* **Exercise directions**
Below this line is the material. Write out only its lines from the one containing "e45 v37 v24 LINE" through the one containing "v42 (45,15,0)", both kept, exactly.

* **Supplied data**
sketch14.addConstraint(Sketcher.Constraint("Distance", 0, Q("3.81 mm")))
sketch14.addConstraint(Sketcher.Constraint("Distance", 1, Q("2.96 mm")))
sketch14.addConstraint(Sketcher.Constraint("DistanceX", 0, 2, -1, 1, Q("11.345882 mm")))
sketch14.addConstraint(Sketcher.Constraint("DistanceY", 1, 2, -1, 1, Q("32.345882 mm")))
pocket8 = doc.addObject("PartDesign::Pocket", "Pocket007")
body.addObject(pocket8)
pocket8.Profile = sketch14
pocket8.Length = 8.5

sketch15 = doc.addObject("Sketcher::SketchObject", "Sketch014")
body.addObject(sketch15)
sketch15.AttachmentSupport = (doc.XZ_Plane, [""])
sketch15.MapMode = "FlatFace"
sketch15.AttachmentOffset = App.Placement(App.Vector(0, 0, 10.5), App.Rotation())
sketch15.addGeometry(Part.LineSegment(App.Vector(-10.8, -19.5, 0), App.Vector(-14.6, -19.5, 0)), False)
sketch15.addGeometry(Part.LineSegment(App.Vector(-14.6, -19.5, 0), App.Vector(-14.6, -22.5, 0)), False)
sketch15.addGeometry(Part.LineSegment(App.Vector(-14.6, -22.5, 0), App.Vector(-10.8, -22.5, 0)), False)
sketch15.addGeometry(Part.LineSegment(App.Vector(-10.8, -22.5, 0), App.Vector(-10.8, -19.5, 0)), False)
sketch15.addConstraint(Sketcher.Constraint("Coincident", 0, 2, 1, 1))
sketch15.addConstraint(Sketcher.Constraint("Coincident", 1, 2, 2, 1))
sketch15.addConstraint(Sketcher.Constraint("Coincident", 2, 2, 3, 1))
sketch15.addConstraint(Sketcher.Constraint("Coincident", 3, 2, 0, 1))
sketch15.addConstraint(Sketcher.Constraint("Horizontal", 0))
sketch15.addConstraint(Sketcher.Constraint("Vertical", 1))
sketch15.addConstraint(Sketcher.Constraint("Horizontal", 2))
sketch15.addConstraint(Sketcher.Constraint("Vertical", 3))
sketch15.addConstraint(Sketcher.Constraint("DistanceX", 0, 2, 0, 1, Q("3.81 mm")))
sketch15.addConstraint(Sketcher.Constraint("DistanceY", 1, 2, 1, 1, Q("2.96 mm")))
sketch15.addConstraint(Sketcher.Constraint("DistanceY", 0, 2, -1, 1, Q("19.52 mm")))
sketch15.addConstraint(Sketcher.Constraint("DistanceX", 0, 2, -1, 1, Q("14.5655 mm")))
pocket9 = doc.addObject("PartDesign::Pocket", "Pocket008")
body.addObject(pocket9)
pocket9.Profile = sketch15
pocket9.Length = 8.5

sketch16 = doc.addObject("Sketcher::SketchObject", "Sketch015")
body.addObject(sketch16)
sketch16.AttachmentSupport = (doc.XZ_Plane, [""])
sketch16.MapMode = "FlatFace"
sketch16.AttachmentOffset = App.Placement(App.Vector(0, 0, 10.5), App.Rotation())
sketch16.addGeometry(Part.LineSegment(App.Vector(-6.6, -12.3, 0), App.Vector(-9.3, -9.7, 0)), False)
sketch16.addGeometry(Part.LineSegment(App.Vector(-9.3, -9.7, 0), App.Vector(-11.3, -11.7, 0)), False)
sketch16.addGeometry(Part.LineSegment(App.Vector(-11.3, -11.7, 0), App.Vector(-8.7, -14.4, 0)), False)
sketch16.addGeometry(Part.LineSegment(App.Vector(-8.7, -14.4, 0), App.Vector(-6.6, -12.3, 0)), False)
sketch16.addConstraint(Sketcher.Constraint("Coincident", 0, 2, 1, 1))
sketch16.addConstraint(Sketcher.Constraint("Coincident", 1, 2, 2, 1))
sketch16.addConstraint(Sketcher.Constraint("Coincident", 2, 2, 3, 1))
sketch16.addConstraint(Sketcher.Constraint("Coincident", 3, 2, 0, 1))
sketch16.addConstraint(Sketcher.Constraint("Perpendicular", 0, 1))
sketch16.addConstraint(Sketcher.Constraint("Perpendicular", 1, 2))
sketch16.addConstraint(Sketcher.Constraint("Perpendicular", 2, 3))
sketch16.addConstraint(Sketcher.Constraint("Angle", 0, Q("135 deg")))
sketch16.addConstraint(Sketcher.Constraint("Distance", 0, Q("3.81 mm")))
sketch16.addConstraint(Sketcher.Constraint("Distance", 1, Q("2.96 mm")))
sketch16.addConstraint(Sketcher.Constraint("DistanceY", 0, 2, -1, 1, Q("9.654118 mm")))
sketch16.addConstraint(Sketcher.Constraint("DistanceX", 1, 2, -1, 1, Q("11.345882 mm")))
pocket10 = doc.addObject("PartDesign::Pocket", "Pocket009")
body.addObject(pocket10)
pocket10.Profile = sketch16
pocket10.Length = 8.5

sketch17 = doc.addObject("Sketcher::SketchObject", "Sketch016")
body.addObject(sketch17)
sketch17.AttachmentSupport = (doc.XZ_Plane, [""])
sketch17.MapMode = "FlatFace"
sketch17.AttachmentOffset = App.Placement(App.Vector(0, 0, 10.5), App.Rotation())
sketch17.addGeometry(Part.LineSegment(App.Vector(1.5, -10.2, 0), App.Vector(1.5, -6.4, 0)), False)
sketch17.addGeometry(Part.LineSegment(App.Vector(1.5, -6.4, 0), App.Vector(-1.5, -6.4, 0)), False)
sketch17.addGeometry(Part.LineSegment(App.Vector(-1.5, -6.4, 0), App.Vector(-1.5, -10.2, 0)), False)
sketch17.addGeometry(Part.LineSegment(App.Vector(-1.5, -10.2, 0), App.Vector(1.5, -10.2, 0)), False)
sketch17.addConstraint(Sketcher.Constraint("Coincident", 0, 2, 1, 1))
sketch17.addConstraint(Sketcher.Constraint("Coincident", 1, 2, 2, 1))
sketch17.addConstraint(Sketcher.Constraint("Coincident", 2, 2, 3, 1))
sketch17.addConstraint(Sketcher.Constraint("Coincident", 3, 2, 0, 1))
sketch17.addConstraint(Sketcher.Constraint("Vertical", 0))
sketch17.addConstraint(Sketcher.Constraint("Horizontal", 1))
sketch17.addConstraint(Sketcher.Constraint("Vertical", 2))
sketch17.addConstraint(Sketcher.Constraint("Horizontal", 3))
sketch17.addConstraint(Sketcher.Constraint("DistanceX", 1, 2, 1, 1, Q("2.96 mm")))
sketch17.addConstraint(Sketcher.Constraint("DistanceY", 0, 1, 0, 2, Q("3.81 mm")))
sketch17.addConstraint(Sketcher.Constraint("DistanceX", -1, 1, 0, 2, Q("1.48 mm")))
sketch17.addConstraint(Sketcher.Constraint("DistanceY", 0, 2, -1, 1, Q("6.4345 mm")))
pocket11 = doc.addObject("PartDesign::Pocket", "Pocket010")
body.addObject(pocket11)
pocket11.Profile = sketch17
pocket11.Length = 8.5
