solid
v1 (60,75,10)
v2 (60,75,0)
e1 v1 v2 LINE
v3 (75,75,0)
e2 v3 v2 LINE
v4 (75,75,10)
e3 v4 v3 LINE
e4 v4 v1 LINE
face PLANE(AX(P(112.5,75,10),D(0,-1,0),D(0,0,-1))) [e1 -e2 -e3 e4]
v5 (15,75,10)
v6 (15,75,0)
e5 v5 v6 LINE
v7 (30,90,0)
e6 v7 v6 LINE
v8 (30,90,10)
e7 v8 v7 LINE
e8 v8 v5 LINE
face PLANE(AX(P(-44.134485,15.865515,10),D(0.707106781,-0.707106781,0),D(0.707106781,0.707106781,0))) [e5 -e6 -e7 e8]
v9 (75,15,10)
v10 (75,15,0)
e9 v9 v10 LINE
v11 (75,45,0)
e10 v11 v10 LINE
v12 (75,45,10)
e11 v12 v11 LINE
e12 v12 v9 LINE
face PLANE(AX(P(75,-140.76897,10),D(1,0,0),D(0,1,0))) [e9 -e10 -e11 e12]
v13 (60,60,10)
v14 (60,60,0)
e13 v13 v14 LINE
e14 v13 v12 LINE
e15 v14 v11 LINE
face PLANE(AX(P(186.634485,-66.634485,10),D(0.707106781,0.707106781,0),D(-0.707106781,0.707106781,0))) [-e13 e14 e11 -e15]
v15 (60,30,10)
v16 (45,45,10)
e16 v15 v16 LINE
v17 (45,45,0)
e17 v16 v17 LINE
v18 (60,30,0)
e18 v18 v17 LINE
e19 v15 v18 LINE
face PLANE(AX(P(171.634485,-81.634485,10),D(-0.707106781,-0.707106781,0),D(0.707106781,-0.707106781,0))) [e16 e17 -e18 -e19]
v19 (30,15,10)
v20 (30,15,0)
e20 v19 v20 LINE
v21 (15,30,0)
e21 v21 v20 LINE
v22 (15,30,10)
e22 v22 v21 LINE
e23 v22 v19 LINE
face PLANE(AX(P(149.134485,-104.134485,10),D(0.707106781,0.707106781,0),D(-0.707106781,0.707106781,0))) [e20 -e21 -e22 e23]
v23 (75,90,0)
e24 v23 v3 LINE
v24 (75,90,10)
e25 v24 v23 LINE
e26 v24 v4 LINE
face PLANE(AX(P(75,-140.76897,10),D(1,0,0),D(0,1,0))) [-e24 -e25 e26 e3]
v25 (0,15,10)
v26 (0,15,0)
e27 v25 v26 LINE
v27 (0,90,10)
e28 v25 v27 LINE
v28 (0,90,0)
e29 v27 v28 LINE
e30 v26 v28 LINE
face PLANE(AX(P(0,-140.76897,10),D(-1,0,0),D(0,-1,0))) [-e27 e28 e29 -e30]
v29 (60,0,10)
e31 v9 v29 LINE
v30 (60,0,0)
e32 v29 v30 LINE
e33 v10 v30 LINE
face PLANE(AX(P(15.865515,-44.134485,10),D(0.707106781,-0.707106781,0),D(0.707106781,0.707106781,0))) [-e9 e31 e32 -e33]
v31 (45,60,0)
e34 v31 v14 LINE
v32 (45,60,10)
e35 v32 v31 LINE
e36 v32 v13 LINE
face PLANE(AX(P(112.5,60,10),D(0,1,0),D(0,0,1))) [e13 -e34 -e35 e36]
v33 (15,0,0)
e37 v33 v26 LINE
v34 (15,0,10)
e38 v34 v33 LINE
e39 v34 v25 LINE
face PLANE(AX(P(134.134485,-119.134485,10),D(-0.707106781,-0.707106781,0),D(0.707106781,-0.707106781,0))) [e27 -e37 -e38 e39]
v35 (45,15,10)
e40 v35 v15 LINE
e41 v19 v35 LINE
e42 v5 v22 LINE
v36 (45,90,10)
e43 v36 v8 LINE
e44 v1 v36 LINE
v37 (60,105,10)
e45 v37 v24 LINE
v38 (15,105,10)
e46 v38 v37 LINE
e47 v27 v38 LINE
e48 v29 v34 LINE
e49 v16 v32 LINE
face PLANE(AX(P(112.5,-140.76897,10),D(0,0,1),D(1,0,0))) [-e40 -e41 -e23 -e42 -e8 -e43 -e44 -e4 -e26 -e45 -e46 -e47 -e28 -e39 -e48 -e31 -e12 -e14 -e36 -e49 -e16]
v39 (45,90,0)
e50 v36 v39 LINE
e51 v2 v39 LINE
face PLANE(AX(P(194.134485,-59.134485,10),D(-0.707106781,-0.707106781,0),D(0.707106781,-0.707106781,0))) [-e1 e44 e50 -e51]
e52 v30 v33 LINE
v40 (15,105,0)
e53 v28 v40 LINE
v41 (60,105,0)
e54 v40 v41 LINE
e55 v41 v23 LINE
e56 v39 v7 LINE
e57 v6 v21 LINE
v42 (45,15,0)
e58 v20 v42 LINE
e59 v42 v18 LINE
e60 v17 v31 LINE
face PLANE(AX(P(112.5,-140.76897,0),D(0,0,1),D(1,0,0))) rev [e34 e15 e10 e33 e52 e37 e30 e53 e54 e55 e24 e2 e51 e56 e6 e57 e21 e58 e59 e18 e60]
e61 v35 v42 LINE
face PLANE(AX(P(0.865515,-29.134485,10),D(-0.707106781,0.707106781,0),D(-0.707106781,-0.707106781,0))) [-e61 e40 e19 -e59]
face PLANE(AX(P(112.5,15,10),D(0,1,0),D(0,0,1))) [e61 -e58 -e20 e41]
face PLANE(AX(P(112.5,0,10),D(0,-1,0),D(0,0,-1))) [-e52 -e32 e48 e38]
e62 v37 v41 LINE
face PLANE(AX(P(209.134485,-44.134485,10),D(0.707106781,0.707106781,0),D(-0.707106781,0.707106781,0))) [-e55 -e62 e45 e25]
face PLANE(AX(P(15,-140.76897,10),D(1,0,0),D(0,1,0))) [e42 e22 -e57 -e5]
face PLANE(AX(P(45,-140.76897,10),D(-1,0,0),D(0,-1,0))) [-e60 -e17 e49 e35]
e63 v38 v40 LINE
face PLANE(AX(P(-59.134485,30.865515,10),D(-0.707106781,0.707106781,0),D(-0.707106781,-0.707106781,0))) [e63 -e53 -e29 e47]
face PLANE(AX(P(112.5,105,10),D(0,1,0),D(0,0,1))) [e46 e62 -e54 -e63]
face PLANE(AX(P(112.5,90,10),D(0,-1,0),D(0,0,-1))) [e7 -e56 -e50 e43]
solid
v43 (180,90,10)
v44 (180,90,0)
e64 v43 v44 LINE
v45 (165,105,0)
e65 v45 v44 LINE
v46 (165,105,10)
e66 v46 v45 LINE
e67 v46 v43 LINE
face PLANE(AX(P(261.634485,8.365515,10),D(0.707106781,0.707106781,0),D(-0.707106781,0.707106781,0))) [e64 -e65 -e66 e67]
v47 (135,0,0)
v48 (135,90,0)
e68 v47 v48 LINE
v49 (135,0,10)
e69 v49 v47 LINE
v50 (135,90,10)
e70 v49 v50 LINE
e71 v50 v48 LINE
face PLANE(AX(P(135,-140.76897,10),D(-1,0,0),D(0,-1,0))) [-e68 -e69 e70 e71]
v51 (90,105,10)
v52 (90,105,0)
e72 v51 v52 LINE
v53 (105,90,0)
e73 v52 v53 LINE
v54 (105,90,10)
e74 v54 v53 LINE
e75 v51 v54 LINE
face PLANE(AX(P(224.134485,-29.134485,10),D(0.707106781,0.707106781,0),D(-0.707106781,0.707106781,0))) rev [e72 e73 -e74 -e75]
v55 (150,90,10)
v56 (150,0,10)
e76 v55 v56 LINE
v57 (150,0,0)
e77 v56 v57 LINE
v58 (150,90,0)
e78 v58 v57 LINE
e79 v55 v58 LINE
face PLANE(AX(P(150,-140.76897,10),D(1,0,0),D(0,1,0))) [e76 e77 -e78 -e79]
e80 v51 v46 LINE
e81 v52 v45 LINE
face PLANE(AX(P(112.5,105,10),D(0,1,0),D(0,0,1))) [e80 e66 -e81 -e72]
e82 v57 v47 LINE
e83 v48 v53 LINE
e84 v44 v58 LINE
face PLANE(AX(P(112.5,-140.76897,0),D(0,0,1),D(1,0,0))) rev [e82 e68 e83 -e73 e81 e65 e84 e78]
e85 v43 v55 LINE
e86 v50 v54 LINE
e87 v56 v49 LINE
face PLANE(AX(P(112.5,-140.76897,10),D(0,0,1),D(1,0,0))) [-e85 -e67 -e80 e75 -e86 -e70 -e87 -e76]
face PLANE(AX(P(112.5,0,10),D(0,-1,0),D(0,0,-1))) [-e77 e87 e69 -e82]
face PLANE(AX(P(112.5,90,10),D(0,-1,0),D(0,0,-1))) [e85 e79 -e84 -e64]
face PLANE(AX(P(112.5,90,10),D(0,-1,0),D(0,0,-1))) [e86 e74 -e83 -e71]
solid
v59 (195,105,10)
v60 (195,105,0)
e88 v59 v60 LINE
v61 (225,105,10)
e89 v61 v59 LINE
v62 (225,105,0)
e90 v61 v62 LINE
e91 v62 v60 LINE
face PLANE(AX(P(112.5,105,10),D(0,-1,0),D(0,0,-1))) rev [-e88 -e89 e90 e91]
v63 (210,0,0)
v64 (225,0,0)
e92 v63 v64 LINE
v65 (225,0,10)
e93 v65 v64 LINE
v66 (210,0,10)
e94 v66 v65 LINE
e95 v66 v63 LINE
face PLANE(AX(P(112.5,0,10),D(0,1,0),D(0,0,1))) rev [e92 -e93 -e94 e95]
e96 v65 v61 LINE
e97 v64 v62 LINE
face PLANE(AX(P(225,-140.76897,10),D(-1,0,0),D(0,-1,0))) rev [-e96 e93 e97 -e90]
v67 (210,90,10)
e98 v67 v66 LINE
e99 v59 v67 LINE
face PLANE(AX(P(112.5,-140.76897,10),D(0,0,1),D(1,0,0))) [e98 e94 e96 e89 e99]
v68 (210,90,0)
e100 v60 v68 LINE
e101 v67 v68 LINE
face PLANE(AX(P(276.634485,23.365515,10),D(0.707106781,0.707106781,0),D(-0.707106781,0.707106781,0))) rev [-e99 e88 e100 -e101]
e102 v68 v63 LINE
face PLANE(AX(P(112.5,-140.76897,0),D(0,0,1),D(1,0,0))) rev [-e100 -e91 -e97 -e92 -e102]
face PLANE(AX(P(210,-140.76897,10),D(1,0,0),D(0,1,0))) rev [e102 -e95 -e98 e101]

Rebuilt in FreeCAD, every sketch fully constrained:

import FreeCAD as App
import Part
import Sketcher

V = App.Vector
Q = App.Units.Quantity


def add_polygon(sketch, points):
    """Adds a closed chain of lines whose ends are joined by coincident constraints."""
    first, n = sketch.GeometryCount, len(points)
    for a, b in zip(points, points[1:] + points[:1]):
        sketch.addGeometry(Part.LineSegment(App.Vector(*a, 0), App.Vector(*b, 0)), False)
    for i in range(n):
        sketch.addConstraint(Sketcher.Constraint("Coincident", first + i, 2, first + (i + 1) % n, 1))

doc = App.newDocument("Part")
params = doc.addObject("Spreadsheet::Sheet", "Params")
for row, (alias, value) in enumerate([
    ("sketch1_width", "15 mm"),
    ("pad1_length", "10 mm"),
], start=1):
    params.set(f"A{row}", alias)
    params.set(f"B{row}", "=" + value)
    params.setAlias(f"B{row}", alias)

body = doc.addObject("PartDesign::Body", "Body")
body.AllowCompound = True

# Sketch on XY plane
sketch1 = body.newObject("Sketcher::SketchObject", "Sketch")
sketch1.AttachmentSupport = (doc.getObject("XY_Plane"), [""])
sketch1.MapMode = "FlatFace"
add_polygon(sketch1, [(60, 0), (75, 15), (75, 45), (60, 60), (45, 60), (45, 45), (60, 30), (45, 15), (30, 15), (15, 30), (15, 75), (30, 90), (45, 90), (60, 75), (75, 75), (75, 90), (60, 105), (15, 105), (0, 90), (0, 15), (15, 0)])  # lines 0-20
add_polygon(sketch1, [(105, 90), (135, 90), (135, 0), (150, 0), (150, 90), (180, 90), (165, 105), (90, 105)])  # lines 21-28
add_polygon(sketch1, [(225, 0), (225, 105), (195, 105), (210, 90), (210, 0)])  # lines 29-33
sketch1.addConstraint([
    Sketcher.Constraint("Vertical", 1),
    Sketcher.Constraint("Horizontal", 3),
    Sketcher.Constraint("Vertical", 4),
    Sketcher.Constraint("Horizontal", 7),
    Sketcher.Constraint("Vertical", 9),
    Sketcher.Constraint("Horizontal", 11),
    Sketcher.Constraint("Horizontal", 13),
    Sketcher.Constraint("Vertical", 14),
    Sketcher.Constraint("Horizontal", 16),
    Sketcher.Constraint("Vertical", 18),
    Sketcher.Constraint("Horizontal", 20),
    Sketcher.Constraint("Horizontal", 21),
    Sketcher.Constraint("Vertical", 22),
    Sketcher.Constraint("Horizontal", 23),
    Sketcher.Constraint("Vertical", 24),
    Sketcher.Constraint("Horizontal", 25),
    Sketcher.Constraint("Horizontal", 27),
    Sketcher.Constraint("Vertical", 29),
    Sketcher.Constraint("Horizontal", 30),
    Sketcher.Constraint("Vertical", 32),
    Sketcher.Constraint("Horizontal", 33),
    Sketcher.Constraint("PointOnObject", 17, 2, -2),
    Sketcher.Constraint("PointOnObject", 19, 2, -1),
    Sketcher.Constraint("PointOnObject", 22, 2, -1),
    Sketcher.Constraint("PointOnObject", 32, 2, -1),
    Sketcher.Constraint("Perpendicular", 0, 2),
    Sketcher.Constraint("Parallel", 2, 5),
    Sketcher.Constraint("Perpendicular", 5, 6),
    Sketcher.Constraint("Perpendicular", 6, 8),
    Sketcher.Constraint("Perpendicular", 8, 10),
    Sketcher.Constraint("Perpendicular", 10, 12),
    Sketcher.Constraint("Parallel", 12, 15),
    Sketcher.Constraint("Perpendicular", 15, 17),
    Sketcher.Constraint("Perpendicular", 17, 19),
    Sketcher.Constraint("Parallel", 19, 26),
    Sketcher.Constraint("Parallel", 26, 28),
    Sketcher.Constraint("Parallel", 28, 31),
    Sketcher.Constraint("Horizontal", 1, 2, 4, 2),
    Sketcher.Constraint("Horizontal", 0, 2, 6, 2),
    Sketcher.Constraint("Horizontal", 5, 2, 8, 2),
    Sketcher.Constraint("Horizontal", 9, 2, 12, 2),
    Sketcher.Constraint("Horizontal", 11, 2, 14, 2),
    Sketcher.Constraint("Horizontal", 14, 2, 17, 2),
    Sketcher.Constraint("Horizontal", 7, 2, 18, 2),
    Sketcher.Constraint("Horizontal", 17, 2, 21, 2),
    Sketcher.Constraint("Horizontal", 21, 2, 24, 2),
    Sketcher.Constraint("Horizontal", 16, 2, 26, 2),
    Sketcher.Constraint("Horizontal", 27, 2, 29, 2),
    Sketcher.Constraint("Horizontal", 28, 2, 31, 2),
    Sketcher.Constraint("Vertical", 2, 2, 5, 2),
    Sketcher.Constraint("Vertical", 4, 2, 6, 2),
    Sketcher.Constraint("Vertical", 7, 2, 10, 2),
    Sketcher.Constraint("Vertical", 6, 2, 11, 2),
    Sketcher.Constraint("Vertical", 5, 2, 12, 2),
    Sketcher.Constraint("Vertical", 1, 2, 13, 2),
    Sketcher.Constraint("Vertical", 12, 2, 15, 2),
    Sketcher.Constraint("Vertical", 9, 2, 16, 2),
    Sketcher.Constraint("Vertical", 16, 2, 19, 2),
    Sketcher.Constraint("Equal", 3, 7),
    Sketcher.Constraint("Equal", 11, 13),
    Sketcher.Constraint("Equal", 13, 23),
    Sketcher.Constraint("Equal", 21, 25),
    Sketcher.Constraint("Equal", 25, 30),
    Sketcher.Constraint("Equal", 23, 33),
    Sketcher.Constraint("Equal", 20, 9),
    Sketcher.Constraint("DistanceX", 3, 2, 3, 1, Q("15 mm")),
    Sketcher.Constraint("DistanceX", -1, 1, 21, 2, Q("135 mm")),
    Sketcher.Constraint("DistanceX", -1, 1, 29, 2, Q("225 mm")),
])
sketch1.setExpression("Constraints[99]", "Params.sketch1_width")
pad1 = body.newObject("PartDesign::Pad", "Pad")
pad1.Profile = sketch1
pad1.setExpression("Length", "Params.pad1_length")

doc.recompute()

* **Expected output**
e45 v37 v24 LINE
v38 (15,105,10)
e46 v38 v37 LINE
e47 v27 v38 LINE
e48 v29 v34 LINE
e49 v16 v32 LINE
face PLANE(AX(P(112.5,-140.76897,10),D(0,0,1),D(1,0,0))) [-e40 -e41 -e23 -e42 -e8 -e43 -e44 -e4 -e26 -e45 -e46 -e47 -e28 -e39 -e48 -e31 -e12 -e14 -e36 -e49 -e16]
v39 (45,90,0)
e50 v36 v39 LINE
e51 v2 v39 LINE
face PLANE(AX(P(194.134485,-59.134485,10),D(-0.707106781,-0.707106781,0),D(0.707106781,-0.707106781,0))) [-e1 e44 e50 -e51]
e52 v30 v33 LINE
v40 (15,105,0)
e53 v28 v40 LINE
v41 (60,105,0)
e54 v40 v41 LINE
e55 v41 v23 LINE
e56 v39 v7 LINE
e57 v6 v21 LINE
v42 (45,15,0)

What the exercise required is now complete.